RECORDS SUPPLIED START

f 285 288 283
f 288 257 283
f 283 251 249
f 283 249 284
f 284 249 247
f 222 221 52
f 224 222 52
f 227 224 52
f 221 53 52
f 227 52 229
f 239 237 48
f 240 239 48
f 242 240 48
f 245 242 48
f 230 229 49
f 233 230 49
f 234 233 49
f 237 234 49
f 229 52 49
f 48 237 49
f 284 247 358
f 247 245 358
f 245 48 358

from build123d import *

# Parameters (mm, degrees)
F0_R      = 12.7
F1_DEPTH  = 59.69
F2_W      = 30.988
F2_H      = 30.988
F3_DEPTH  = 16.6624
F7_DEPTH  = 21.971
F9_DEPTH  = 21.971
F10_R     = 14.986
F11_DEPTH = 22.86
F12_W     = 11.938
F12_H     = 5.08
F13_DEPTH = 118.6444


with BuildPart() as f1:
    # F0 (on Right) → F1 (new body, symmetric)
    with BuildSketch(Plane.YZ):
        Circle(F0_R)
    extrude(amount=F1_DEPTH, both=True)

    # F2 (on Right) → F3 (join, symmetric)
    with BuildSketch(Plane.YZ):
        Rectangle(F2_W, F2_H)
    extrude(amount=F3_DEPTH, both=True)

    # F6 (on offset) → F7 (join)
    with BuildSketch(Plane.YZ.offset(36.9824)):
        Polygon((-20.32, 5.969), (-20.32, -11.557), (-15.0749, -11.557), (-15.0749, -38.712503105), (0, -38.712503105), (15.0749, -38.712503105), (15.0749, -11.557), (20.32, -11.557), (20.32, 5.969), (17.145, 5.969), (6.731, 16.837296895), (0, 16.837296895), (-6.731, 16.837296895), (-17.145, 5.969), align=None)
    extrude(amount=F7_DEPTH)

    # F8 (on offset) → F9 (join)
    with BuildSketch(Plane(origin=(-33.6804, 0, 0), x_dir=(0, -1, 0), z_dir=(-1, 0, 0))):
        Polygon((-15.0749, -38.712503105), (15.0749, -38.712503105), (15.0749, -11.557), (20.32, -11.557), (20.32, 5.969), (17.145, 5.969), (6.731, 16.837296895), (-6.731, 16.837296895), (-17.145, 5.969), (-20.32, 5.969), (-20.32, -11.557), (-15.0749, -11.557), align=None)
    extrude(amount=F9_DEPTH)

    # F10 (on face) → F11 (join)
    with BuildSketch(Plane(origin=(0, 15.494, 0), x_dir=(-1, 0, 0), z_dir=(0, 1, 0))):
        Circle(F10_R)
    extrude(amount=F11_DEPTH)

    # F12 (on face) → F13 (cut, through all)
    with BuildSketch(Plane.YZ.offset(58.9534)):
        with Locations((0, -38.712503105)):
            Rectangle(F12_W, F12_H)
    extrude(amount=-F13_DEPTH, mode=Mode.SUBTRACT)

RECORDS SUPPLIED END
RECORDS SUPPLIED START

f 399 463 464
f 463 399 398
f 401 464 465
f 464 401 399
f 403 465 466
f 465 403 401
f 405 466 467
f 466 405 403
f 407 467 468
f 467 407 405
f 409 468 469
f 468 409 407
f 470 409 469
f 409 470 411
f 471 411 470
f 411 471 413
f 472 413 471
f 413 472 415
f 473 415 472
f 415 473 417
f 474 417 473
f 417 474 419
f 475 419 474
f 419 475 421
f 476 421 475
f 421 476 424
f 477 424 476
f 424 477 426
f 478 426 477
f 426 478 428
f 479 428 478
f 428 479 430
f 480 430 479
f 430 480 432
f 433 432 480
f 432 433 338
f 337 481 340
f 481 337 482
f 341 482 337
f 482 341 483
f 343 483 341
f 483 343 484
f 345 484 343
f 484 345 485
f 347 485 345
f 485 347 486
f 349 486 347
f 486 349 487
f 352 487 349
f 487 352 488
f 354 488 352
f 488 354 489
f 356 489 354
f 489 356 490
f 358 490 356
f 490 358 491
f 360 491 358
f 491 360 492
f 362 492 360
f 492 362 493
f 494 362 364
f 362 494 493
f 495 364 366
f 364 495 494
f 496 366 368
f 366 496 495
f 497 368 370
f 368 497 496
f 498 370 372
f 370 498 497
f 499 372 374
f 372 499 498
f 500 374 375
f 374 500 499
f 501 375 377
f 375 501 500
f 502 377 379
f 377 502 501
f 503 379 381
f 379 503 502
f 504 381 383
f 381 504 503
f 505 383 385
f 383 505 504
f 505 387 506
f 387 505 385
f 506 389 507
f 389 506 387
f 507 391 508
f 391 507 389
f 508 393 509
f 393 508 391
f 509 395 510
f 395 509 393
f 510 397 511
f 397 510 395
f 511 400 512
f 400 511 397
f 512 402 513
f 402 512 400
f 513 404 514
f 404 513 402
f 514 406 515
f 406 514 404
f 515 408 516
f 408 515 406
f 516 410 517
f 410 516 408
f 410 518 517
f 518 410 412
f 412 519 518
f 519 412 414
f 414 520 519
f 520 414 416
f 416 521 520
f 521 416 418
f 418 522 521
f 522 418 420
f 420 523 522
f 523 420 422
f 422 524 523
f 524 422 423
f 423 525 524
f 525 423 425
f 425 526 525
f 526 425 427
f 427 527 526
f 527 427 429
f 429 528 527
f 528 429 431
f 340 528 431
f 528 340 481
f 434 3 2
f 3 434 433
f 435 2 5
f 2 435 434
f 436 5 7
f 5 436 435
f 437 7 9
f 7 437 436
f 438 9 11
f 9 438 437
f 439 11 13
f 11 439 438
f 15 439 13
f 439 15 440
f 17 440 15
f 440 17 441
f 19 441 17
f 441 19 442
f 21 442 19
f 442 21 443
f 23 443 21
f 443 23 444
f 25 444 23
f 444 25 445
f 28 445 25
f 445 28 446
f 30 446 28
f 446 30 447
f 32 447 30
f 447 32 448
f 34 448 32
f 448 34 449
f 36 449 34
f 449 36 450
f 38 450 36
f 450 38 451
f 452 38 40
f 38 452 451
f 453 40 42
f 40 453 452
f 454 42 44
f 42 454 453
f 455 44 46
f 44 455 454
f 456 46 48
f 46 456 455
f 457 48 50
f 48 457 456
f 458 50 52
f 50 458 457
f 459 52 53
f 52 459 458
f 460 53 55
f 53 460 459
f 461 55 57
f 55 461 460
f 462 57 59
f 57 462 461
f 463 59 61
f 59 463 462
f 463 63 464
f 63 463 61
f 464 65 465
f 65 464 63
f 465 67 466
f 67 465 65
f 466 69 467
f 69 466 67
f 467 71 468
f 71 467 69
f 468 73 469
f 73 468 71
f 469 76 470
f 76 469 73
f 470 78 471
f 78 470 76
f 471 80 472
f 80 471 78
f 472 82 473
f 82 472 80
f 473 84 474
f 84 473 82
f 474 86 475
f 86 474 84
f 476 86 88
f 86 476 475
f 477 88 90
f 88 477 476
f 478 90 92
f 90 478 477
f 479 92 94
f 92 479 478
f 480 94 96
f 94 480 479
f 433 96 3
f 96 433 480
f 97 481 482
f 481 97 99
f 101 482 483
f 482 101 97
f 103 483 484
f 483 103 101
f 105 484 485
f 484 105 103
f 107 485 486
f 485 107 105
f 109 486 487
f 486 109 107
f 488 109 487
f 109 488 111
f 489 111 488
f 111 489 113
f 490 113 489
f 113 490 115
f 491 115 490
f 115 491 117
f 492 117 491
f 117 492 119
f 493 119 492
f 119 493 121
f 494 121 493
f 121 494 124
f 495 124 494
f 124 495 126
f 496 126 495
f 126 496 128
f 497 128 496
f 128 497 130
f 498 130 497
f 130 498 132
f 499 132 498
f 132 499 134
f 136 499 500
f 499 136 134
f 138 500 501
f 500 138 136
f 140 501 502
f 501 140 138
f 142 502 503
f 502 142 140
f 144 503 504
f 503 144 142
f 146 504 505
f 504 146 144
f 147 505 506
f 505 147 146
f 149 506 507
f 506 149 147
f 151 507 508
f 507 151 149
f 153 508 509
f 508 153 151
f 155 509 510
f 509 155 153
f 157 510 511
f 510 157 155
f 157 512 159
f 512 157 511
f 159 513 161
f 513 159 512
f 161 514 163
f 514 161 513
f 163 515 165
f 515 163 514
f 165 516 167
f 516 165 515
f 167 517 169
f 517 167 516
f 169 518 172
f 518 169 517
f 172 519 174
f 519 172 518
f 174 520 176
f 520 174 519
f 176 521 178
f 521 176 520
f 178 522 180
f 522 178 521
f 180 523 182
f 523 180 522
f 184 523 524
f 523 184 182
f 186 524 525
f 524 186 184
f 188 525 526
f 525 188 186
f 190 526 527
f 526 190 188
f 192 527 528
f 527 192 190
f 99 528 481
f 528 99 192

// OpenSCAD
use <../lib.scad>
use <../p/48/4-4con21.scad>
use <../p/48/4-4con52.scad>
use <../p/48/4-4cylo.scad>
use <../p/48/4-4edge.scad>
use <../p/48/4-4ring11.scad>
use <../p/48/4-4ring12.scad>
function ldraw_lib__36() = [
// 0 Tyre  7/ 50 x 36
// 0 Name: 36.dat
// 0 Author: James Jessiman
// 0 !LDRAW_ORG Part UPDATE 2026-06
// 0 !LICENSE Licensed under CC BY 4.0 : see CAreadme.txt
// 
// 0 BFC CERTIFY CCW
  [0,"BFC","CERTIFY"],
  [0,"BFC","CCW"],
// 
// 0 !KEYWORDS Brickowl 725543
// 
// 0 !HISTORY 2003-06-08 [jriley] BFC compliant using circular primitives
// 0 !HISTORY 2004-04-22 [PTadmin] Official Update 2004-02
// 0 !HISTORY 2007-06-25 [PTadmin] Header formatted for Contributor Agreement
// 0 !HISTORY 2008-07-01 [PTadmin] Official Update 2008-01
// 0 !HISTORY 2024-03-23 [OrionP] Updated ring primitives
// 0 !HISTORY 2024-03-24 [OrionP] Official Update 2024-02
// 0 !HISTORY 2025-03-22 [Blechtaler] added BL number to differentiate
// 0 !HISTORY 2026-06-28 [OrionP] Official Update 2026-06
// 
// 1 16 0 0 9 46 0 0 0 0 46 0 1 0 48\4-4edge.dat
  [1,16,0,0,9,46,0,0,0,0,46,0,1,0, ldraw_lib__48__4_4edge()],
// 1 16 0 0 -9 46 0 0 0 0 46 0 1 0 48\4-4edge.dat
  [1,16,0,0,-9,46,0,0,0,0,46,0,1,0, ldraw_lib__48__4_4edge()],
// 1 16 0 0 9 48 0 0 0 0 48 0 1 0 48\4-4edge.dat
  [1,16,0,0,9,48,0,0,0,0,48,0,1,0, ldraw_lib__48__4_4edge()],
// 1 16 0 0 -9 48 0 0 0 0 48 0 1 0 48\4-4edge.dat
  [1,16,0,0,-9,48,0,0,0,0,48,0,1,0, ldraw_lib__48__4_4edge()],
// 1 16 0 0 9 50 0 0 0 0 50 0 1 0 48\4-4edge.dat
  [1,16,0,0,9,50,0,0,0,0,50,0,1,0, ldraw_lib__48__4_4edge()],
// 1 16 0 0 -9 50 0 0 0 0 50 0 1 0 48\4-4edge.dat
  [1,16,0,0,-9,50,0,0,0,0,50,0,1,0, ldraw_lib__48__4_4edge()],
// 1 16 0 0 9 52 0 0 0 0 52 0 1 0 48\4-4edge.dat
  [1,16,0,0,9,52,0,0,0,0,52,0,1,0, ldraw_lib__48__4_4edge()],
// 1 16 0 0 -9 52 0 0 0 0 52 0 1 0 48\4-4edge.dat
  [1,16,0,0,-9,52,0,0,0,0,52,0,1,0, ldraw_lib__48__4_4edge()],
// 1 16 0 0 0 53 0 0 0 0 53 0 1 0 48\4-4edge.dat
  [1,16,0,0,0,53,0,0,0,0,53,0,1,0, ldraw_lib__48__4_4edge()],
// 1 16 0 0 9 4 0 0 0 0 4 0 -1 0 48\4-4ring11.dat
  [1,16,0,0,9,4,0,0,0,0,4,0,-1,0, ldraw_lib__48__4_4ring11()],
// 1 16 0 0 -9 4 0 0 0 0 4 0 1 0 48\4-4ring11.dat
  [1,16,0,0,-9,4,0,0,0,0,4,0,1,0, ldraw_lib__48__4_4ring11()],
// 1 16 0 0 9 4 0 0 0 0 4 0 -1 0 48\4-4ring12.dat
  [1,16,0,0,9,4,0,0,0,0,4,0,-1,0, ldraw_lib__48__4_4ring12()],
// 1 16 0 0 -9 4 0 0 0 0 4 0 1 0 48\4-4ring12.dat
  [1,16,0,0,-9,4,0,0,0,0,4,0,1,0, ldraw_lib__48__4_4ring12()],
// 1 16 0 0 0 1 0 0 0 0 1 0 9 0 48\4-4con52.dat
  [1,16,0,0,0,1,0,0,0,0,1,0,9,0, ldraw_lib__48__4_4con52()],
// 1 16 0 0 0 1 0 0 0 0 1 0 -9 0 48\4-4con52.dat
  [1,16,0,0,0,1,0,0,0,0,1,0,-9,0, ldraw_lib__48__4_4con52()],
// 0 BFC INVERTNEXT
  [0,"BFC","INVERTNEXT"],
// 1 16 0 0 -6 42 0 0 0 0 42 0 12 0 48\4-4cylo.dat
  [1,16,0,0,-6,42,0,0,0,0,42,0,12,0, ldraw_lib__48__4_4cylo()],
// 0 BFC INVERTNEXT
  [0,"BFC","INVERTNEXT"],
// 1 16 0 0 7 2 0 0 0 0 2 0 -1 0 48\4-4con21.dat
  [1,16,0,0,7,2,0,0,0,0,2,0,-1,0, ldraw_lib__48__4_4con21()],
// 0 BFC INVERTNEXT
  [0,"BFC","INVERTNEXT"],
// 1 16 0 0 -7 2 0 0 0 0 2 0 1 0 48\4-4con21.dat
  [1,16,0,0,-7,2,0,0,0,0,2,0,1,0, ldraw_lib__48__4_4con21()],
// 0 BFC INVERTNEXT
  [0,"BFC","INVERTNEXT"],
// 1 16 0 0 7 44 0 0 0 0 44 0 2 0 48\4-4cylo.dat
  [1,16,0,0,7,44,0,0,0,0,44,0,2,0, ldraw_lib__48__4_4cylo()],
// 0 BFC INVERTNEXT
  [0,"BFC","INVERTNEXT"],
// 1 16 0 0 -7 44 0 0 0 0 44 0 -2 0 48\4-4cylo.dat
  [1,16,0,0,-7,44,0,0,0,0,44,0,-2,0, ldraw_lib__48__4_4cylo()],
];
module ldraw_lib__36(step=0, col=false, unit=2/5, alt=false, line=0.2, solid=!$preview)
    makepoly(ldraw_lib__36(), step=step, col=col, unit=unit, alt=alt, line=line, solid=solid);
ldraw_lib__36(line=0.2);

RECORDS SUPPLIED END

### BRIEF
Above are records; repeat only the lines starting at the line with "f 3 434 433" and ending at the line with "f 515 163 514", exactly as they appear, both included.

### ANSWER TO THE PROBLEM
f 3 434 433
f 435 2 5
f 2 435 434
f 436 5 7
f 5 436 435
f 437 7 9
f 7 437 436
f 438 9 11
f 9 438 437
f 439 11 13
f 11 439 438
f 15 439 13
f 439 15 440
f 17 440 15
f 440 17 441
f 19 441 17
f 441 19 442
f 21 442 19
f 442 21 443
f 23 443 21
f 443 23 444
f 25 444 23
f 444 25 445
f 28 445 25
f 445 28 446
f 30 446 28
f 446 30 447
f 32 447 30
f 447 32 448
f 34 448 32
f 448 34 449
f 36 449 34
f 449 36 450
f 38 450 36
f 450 38 451
f 452 38 40
f 38 452 451
f 453 40 42
f 40 453 452
f 454 42 44
f 42 454 453
f 455 44 46
f 44 455 454
f 456 46 48
f 46 456 455
f 457 48 50
f 48 457 456
f 458 50 52
f 50 458 457
f 459 52 53
f 52 459 458
f 460 53 55
f 53 460 459
f 461 55 57
f 55 461 460
f 462 57 59
f 57 462 461
f 463 59 61
f 59 463 462
f 463 63 464
f 63 463 61
f 464 65 465
f 65 464 63
f 465 67 466
f 67 465 65
f 466 69 467
f 69 466 67
f 467 71 468
f 71 467 69
f 468 73 469
f 73 468 71
f 469 76 470
f 76 469 73
f 470 78 471
f 78 470 76
f 471 80 472
f 80 471 78
f 472 82 473
f 82 472 80
f 473 84 474
f 84 473 82
f 474 86 475
f 86 474 84
f 476 86 88
f 86 476 475
f 477 88 90
f 88 477 476
f 478 90 92
f 90 478 477
f 479 92 94
f 92 479 478
f 480 94 96
f 94 480 479
f 433 96 3
f 96 433 480
f 97 481 482
f 481 97 99
f 101 482 483
f 482 101 97
f 103 483 484
f 483 103 101
f 105 484 485
f 484 105 103
f 107 485 486
f 485 107 105
f 109 486 487
f 486 109 107
f 488 109 487
f 109 488 111
f 489 111 488
f 111 489 113
f 490 113 489
f 113 490 115
f 491 115 490
f 115 491 117
f 492 117 491
f 117 492 119
f 493 119 492
f 119 493 121
f 494 121 493
f 121 494 124
f 495 124 494
f 124 495 126
f 496 126 495
f 126 496 128
f 497 128 496
f 128 497 130
f 498 130 497
f 130 498 132
f 499 132 498
f 132 499 134
f 136 499 500
f 499 136 134
f 138 500 501
f 500 138 136
f 140 501 502
f 501 140 138
f 142 502 503
f 502 142 140
f 144 503 504
f 503 144 142
f 146 504 505
f 504 146 144
f 147 505 506
f 505 147 146
f 149 506 507
f 506 149 147
f 151 507 508
f 507 151 149
f 153 508 509
f 508 153 151
f 155 509 510
f 509 155 153
f 157 510 511
f 510 157 155
f 157 512 159
f 512 157 511
f 159 513 161
f 513 159 512
f 161 514 163
f 514 161 513
f 163 515 165
f 515 163 514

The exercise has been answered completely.